(Data entries)
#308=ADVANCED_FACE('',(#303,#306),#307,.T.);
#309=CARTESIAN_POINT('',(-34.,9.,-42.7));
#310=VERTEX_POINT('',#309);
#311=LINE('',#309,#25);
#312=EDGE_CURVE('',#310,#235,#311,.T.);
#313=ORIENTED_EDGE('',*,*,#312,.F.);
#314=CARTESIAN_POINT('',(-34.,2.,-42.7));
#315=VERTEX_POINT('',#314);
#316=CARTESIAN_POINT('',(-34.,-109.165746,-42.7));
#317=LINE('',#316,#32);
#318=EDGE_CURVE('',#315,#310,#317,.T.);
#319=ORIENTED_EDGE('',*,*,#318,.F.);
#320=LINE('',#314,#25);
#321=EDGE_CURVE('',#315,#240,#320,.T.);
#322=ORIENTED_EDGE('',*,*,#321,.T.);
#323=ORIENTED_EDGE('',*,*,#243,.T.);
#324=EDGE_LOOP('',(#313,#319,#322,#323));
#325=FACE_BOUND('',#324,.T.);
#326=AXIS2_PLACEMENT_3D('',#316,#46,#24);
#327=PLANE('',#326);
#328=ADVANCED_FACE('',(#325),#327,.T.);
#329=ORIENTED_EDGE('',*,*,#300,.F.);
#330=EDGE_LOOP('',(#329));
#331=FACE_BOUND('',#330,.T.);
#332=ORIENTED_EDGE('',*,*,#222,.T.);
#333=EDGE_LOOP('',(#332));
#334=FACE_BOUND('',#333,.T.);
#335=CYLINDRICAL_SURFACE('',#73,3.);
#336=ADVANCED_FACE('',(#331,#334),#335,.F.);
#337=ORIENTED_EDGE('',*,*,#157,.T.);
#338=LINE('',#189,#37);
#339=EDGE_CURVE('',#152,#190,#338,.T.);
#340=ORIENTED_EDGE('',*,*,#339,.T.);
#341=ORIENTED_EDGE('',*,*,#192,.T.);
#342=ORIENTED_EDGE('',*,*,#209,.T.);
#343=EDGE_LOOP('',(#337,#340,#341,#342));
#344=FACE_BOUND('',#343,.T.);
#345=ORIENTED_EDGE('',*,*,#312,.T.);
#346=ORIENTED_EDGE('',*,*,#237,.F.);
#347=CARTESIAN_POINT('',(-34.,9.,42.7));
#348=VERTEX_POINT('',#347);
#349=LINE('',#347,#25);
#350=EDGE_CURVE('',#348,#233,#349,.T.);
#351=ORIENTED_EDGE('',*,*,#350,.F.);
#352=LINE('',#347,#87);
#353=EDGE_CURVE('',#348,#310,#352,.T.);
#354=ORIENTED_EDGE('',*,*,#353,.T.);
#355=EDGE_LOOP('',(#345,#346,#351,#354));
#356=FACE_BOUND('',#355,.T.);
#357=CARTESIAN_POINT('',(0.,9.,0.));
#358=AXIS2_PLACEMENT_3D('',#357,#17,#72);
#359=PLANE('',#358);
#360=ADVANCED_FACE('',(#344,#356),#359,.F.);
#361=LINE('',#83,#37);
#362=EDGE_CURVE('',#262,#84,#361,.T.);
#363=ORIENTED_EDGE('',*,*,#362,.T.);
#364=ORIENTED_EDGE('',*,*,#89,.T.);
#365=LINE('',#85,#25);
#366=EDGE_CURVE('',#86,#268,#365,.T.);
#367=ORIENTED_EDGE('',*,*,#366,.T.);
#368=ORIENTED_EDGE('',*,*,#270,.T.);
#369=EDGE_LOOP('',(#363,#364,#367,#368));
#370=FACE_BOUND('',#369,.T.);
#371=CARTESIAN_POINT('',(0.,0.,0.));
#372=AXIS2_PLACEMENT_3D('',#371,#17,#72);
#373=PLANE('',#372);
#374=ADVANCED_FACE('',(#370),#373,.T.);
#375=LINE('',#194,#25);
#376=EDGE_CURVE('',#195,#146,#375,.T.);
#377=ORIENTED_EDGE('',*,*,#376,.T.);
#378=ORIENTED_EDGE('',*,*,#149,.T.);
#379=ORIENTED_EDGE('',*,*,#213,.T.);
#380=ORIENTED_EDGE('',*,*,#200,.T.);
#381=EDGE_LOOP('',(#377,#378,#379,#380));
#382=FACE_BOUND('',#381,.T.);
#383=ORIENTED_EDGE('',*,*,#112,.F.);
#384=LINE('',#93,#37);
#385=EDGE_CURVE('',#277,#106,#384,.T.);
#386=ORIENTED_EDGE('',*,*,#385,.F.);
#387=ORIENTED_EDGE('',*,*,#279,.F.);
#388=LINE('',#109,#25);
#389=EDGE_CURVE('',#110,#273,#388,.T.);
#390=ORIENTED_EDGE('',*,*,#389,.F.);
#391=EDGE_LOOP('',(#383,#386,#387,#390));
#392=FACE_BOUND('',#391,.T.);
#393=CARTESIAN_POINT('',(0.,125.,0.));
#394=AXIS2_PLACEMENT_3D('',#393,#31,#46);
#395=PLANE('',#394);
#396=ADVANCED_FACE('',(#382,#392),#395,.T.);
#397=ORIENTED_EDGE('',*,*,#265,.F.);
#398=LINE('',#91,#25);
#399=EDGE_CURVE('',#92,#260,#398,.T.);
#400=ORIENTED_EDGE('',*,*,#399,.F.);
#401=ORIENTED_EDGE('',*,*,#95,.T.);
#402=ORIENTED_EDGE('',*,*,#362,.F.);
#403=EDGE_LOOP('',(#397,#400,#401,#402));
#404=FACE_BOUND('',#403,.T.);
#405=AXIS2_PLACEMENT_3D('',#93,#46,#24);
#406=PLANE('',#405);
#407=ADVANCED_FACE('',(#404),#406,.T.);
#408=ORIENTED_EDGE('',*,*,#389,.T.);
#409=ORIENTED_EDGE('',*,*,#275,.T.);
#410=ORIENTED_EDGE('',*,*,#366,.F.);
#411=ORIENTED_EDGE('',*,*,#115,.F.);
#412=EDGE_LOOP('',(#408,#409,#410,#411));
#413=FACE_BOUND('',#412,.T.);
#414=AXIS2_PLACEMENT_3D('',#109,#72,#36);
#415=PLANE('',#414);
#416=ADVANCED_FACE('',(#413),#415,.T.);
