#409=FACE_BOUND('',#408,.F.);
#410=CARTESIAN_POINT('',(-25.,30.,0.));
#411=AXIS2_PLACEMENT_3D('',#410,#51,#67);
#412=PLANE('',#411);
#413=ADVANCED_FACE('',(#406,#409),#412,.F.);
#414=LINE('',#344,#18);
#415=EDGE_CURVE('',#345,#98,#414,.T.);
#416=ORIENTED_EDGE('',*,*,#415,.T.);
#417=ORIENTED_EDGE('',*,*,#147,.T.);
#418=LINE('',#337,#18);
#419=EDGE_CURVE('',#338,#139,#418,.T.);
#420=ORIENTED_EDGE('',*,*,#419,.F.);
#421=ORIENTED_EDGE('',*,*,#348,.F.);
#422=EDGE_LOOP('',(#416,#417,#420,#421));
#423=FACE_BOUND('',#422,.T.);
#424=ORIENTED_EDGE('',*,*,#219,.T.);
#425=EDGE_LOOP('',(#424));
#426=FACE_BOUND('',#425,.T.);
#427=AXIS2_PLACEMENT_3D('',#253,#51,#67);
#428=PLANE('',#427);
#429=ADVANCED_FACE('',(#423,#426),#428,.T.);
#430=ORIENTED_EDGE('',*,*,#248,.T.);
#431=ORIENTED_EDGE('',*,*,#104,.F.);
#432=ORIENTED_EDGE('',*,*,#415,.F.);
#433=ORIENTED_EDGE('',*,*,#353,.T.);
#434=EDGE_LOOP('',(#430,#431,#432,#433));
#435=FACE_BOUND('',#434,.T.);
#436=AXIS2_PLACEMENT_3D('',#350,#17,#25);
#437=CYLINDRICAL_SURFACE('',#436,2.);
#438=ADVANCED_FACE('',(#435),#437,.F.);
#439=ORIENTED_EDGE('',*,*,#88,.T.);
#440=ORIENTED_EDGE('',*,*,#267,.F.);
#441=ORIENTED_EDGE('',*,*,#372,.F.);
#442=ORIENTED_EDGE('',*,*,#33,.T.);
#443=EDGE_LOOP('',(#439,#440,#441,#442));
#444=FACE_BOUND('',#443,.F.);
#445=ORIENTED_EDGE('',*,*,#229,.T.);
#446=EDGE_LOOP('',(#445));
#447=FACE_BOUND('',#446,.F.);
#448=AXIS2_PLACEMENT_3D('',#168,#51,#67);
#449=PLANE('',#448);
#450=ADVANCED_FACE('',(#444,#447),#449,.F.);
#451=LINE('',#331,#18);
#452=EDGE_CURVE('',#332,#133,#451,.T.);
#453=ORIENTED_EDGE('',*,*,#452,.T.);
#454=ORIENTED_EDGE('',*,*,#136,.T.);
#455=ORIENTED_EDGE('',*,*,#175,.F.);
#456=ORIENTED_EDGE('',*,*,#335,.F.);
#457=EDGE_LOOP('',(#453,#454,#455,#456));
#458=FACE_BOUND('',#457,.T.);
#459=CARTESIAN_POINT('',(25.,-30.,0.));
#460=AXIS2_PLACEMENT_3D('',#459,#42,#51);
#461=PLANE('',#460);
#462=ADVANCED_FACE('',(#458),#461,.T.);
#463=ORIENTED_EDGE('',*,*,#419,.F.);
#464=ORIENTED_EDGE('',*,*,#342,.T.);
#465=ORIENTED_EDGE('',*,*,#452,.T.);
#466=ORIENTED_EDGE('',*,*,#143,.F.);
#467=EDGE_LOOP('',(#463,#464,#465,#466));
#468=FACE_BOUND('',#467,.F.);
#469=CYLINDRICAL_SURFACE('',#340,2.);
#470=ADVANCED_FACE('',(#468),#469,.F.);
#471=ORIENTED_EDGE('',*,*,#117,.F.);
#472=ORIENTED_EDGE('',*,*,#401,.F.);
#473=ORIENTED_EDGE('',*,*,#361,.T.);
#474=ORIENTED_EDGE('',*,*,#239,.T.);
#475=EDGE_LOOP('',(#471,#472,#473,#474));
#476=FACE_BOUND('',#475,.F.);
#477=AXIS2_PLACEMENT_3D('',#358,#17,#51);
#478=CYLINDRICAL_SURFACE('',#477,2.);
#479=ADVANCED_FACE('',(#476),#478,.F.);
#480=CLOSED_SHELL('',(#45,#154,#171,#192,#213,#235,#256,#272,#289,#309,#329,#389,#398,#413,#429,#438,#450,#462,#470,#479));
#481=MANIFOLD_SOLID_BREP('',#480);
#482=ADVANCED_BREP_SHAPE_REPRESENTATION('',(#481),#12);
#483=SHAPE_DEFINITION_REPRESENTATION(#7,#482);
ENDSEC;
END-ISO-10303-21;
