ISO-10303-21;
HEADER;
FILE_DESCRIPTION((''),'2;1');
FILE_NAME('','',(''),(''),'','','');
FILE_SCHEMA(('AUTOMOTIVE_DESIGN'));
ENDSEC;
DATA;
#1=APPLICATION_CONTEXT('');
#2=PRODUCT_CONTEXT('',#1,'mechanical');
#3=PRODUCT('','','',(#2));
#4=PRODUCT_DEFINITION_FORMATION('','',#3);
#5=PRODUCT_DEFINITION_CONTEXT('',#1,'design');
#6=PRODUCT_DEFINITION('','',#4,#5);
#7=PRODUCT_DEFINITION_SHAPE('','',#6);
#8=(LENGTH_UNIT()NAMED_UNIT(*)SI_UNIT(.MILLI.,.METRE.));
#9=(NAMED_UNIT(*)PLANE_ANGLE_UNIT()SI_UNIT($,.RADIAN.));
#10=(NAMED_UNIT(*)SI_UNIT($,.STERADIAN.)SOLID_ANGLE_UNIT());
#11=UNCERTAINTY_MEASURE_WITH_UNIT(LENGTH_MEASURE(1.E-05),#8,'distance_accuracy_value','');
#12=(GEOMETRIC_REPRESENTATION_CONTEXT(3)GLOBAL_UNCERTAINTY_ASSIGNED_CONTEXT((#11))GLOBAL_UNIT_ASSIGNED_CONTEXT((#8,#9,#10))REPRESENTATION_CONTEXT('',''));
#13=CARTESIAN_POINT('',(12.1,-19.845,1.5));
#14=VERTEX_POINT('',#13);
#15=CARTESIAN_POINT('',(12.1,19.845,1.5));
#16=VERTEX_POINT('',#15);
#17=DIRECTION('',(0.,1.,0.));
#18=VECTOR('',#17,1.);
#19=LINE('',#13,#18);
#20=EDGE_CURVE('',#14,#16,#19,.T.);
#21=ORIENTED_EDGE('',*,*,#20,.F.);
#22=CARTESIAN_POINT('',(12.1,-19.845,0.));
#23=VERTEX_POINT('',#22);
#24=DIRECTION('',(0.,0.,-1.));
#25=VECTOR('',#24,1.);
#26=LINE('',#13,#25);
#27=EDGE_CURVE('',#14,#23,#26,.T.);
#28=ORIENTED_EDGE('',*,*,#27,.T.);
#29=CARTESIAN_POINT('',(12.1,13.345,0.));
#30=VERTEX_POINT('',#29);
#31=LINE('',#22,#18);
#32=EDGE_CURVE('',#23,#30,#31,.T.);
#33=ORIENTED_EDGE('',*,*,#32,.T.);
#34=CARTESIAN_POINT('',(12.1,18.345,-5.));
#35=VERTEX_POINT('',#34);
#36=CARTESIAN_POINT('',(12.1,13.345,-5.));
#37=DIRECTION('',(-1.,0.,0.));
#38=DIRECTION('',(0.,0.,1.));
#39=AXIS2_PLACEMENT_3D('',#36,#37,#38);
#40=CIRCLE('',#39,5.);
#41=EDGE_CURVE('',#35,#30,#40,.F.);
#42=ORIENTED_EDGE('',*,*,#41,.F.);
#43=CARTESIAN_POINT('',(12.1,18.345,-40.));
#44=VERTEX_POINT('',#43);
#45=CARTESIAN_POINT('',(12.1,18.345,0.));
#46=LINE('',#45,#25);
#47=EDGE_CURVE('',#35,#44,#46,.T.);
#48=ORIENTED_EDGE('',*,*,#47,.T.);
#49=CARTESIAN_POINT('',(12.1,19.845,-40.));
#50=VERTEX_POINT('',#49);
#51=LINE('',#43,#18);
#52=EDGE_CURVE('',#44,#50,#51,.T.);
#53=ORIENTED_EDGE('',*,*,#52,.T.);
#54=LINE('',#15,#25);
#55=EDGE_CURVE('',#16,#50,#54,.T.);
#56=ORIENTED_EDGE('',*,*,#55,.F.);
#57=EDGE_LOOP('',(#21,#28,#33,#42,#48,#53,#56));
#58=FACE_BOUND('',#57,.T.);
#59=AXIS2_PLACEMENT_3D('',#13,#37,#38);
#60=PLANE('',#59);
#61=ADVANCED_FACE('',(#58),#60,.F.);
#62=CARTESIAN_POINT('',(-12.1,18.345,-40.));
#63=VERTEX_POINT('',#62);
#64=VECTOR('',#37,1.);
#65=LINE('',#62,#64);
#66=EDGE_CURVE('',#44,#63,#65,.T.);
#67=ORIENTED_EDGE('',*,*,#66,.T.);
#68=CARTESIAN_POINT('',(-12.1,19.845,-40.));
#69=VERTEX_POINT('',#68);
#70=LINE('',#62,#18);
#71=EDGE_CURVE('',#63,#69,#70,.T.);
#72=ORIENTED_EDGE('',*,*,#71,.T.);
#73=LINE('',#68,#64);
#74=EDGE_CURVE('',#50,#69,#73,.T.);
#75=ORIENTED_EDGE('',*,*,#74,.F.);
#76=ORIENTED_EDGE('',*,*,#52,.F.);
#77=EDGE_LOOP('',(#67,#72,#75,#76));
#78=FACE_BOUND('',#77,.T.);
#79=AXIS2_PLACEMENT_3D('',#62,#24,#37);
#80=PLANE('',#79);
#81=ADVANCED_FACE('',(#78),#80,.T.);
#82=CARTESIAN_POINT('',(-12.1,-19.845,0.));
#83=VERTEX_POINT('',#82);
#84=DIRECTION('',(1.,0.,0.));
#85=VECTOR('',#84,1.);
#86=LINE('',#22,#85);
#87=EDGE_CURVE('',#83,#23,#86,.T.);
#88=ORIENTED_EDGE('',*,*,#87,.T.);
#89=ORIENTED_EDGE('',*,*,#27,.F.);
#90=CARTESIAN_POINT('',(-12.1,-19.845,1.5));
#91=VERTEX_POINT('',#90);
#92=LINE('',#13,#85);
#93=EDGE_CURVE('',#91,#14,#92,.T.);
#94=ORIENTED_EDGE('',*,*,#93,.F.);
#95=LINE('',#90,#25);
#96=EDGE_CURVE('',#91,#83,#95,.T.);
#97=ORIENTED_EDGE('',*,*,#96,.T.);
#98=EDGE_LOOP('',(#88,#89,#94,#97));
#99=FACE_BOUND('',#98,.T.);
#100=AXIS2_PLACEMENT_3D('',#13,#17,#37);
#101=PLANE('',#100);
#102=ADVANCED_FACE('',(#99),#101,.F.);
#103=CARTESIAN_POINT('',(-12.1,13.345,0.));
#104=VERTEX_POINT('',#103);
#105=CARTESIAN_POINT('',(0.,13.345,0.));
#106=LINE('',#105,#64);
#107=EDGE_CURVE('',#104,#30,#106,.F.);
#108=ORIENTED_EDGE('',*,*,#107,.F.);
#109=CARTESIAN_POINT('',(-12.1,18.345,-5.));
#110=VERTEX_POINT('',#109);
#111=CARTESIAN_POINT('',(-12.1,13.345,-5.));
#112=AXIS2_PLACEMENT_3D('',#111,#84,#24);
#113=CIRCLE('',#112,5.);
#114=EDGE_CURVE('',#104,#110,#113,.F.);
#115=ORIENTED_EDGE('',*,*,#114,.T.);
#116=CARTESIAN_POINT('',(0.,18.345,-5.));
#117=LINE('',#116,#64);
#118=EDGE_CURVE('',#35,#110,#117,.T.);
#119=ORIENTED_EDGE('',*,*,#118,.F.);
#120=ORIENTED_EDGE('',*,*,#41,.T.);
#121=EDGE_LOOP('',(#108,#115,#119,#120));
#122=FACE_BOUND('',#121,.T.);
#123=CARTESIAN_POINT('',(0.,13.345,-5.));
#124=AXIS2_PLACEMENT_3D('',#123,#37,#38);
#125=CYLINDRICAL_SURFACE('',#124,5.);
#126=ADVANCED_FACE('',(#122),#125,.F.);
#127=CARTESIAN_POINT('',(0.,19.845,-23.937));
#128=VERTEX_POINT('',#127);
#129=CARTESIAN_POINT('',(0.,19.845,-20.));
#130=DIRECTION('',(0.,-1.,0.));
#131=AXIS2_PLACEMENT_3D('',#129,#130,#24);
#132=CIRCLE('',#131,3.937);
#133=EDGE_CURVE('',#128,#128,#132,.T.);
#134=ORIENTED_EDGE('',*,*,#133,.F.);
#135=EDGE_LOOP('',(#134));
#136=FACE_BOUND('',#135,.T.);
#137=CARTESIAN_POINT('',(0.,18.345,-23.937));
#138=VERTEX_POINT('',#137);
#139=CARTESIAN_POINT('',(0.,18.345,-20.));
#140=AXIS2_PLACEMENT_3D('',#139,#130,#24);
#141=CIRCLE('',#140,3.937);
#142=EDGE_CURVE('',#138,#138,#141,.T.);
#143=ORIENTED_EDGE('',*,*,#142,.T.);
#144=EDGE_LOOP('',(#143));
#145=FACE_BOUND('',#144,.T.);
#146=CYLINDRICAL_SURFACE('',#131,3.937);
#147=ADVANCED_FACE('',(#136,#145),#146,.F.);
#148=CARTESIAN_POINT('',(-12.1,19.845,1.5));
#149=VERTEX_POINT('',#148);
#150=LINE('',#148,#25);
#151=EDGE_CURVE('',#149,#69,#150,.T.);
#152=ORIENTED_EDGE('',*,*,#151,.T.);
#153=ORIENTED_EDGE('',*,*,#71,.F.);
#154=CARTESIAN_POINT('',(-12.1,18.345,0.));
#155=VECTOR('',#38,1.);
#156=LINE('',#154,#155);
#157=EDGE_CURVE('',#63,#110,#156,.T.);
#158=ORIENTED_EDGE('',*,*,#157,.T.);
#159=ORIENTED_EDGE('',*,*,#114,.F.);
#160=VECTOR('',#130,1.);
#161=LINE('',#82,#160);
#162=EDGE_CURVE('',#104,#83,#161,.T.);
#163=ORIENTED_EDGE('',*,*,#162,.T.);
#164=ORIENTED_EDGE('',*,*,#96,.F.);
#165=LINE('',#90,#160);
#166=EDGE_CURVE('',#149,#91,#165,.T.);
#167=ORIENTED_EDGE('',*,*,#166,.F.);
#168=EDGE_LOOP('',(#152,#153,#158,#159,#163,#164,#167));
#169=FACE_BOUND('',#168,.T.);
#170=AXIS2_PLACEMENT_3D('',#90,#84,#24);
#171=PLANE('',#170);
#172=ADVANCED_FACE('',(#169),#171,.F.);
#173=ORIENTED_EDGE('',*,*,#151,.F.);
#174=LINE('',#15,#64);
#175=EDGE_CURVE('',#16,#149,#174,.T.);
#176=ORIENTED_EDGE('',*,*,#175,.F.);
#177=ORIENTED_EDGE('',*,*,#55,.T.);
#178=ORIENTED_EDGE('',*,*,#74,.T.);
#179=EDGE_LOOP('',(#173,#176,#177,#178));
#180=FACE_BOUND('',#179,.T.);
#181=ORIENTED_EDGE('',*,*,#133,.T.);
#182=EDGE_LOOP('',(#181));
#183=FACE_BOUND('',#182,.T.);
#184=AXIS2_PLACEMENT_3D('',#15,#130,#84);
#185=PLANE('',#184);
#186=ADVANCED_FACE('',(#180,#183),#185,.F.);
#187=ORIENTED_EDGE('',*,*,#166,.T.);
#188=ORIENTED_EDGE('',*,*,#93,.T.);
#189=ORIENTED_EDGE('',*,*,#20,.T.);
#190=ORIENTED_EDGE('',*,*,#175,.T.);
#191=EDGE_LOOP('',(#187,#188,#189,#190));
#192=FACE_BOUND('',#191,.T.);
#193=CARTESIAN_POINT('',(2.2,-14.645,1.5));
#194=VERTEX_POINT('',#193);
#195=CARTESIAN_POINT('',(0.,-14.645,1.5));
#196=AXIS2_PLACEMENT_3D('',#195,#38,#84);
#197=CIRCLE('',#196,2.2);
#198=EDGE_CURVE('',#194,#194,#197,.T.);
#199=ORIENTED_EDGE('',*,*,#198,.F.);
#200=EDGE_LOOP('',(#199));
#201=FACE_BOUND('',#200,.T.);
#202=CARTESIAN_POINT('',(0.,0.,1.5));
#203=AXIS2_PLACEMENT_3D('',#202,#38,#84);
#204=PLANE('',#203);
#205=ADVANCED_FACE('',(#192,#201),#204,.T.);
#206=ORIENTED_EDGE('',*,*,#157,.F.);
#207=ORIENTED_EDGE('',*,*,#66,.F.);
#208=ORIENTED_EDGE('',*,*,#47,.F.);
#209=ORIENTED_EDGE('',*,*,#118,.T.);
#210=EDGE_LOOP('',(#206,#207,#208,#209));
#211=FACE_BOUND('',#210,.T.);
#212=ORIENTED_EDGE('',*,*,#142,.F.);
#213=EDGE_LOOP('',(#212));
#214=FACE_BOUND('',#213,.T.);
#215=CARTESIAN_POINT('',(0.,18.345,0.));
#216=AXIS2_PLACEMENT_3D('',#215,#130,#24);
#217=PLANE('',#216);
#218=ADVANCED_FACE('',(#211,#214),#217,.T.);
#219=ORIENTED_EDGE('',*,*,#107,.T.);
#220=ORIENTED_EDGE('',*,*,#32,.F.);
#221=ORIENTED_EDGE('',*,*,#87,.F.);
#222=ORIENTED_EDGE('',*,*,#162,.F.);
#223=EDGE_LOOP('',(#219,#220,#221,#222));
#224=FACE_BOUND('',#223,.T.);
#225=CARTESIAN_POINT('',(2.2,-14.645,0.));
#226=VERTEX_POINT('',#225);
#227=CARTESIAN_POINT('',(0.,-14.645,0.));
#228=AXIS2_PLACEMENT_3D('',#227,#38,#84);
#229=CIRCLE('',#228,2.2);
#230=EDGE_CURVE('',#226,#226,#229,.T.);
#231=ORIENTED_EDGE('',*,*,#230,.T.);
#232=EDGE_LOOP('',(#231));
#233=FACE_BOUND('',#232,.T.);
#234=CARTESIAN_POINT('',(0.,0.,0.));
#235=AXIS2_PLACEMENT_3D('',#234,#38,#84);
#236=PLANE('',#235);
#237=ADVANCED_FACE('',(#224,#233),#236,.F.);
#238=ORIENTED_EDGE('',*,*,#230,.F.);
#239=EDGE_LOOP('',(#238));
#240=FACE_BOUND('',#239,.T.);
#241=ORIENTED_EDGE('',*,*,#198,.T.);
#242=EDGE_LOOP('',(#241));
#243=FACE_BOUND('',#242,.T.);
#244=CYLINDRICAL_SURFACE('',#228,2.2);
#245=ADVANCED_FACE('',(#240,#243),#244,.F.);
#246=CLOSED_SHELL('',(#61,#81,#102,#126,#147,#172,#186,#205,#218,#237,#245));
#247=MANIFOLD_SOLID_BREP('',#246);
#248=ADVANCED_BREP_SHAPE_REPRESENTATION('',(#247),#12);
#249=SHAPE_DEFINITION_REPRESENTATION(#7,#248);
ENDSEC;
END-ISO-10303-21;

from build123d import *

# Parameters (mm, degrees)
SKETCH1_W           = 24.2
SKETCH1_H           = 39.69
BOSS_EXTRUDE1_DEPTH = 1.5
SKETCH2_R           = 2.2
CUT_EXTRUDE1_DEPTH  = 24.291286461
SKETCH4_W           = 24.2
SKETCH4_H           = 40
BOSS_EXTRUDE2_DEPTH = 1.5
SKETCH5_R           = 3.937
CUT_EXTRUDE2_DEPTH  = 57.611713452
FILLET1_R           = 5


with BuildPart() as part:
    # Sketch1 → Boss-Extrude1 (new body)
    with BuildSketch(Plane.XY):
        Rectangle(SKETCH1_W, SKETCH1_H)
    extrude(amount=BOSS_EXTRUDE1_DEPTH)

    # Sketch2 → Cut-Extrude1 (cut, through all)
    with BuildSketch(Plane.XY.offset(1.5)):
        with Locations((0, -14.645)):
            Circle(SKETCH2_R)
    extrude(amount=-CUT_EXTRUDE1_DEPTH, mode=Mode.SUBTRACT)

    # Sketch4 → Boss-Extrude2 (add)
    with BuildSketch(Plane(origin=(0, 19.845, 0), x_dir=(1, 0, 0), z_dir=(0, 1, 0))):
        with Locations((0, 20)):
            Rectangle(SKETCH4_W, SKETCH4_H)
    extrude(amount=-BOSS_EXTRUDE2_DEPTH)

    # Sketch5 → Cut-Extrude2 (cut, through all)
    with BuildSketch(Plane.XZ.offset(-18.345)):
        with Locations(Location((0, -20, 0), (0, 0, 270))):
            Circle(SKETCH5_R)
    extrude(amount=-CUT_EXTRUDE2_DEPTH, mode=Mode.SUBTRACT)

    # Fillet1
    fillet1_edges = [part.edges().sort_by_distance(p)[0] for p in [
        (0, 18.345, 0),
    ]]
    fillet(fillet1_edges, radius=FILLET1_R)


solid = part.part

> TASK ITEM: Look back at the data above. Transcribe exactly the lines starting at the line that contains "#66=EDGE_CURVE('',#44,#63,#65,.T.);" and ending at the line that contains "#122=FACE_BOUND('',#121,.T.);".

> WRITTEN ANSWER:
#66=EDGE_CURVE('',#44,#63,#65,.T.);
#67=ORIENTED_EDGE('',*,*,#66,.T.);
#68=CARTESIAN_POINT('',(-12.1,19.845,-40.));
#69=VERTEX_POINT('',#68);
#70=LINE('',#62,#18);
#71=EDGE_CURVE('',#63,#69,#70,.T.);
#72=ORIENTED_EDGE('',*,*,#71,.T.);
#73=LINE('',#68,#64);
#74=EDGE_CURVE('',#50,#69,#73,.T.);
#75=ORIENTED_EDGE('',*,*,#74,.F.);
#76=ORIENTED_EDGE('',*,*,#52,.F.);
#77=EDGE_LOOP('',(#67,#72,#75,#76));
#78=FACE_BOUND('',#77,.T.);
#79=AXIS2_PLACEMENT_3D('',#62,#24,#37);
#80=PLANE('',#79);
#81=ADVANCED_FACE('',(#78),#80,.T.);
#82=CARTESIAN_POINT('',(-12.1,-19.845,0.));
#83=VERTEX_POINT('',#82);
#84=DIRECTION('',(1.,0.,0.));
#85=VECTOR('',#84,1.);
#86=LINE('',#22,#85);
#87=EDGE_CURVE('',#83,#23,#86,.T.);
#88=ORIENTED_EDGE('',*,*,#87,.T.);
#89=ORIENTED_EDGE('',*,*,#27,.F.);
#90=CARTESIAN_POINT('',(-12.1,-19.845,1.5));
#91=VERTEX_POINT('',#90);
#92=LINE('',#13,#85);
#93=EDGE_CURVE('',#91,#14,#92,.T.);
#94=ORIENTED_EDGE('',*,*,#93,.F.);
#95=LINE('',#90,#25);
#96=EDGE_CURVE('',#91,#83,#95,.T.);
#97=ORIENTED_EDGE('',*,*,#96,.T.);
#98=EDGE_LOOP('',(#88,#89,#94,#97));
#99=FACE_BOUND('',#98,.T.);
#100=AXIS2_PLACEMENT_3D('',#13,#17,#37);
#101=PLANE('',#100);
#102=ADVANCED_FACE('',(#99),#101,.F.);
#103=CARTESIAN_POINT('',(-12.1,13.345,0.));
#104=VERTEX_POINT('',#103);
#105=CARTESIAN_POINT('',(0.,13.345,0.));
#106=LINE('',#105,#64);
#107=EDGE_CURVE('',#104,#30,#106,.F.);
#108=ORIENTED_EDGE('',*,*,#107,.F.);
#109=CARTESIAN_POINT('',(-12.1,18.345,-5.));
#110=VERTEX_POINT('',#109);
#111=CARTESIAN_POINT('',(-12.1,13.345,-5.));
#112=AXIS2_PLACEMENT_3D('',#111,#84,#24);
#113=CIRCLE('',#112,5.);
#114=EDGE_CURVE('',#104,#110,#113,.F.);
#115=ORIENTED_EDGE('',*,*,#114,.T.);
#116=CARTESIAN_POINT('',(0.,18.345,-5.));
#117=LINE('',#116,#64);
#118=EDGE_CURVE('',#35,#110,#117,.T.);
#119=ORIENTED_EDGE('',*,*,#118,.F.);
#120=ORIENTED_EDGE('',*,*,#41,.T.);
#121=EDGE_LOOP('',(#108,#115,#119,#120));
#122=FACE_BOUND('',#121,.T.);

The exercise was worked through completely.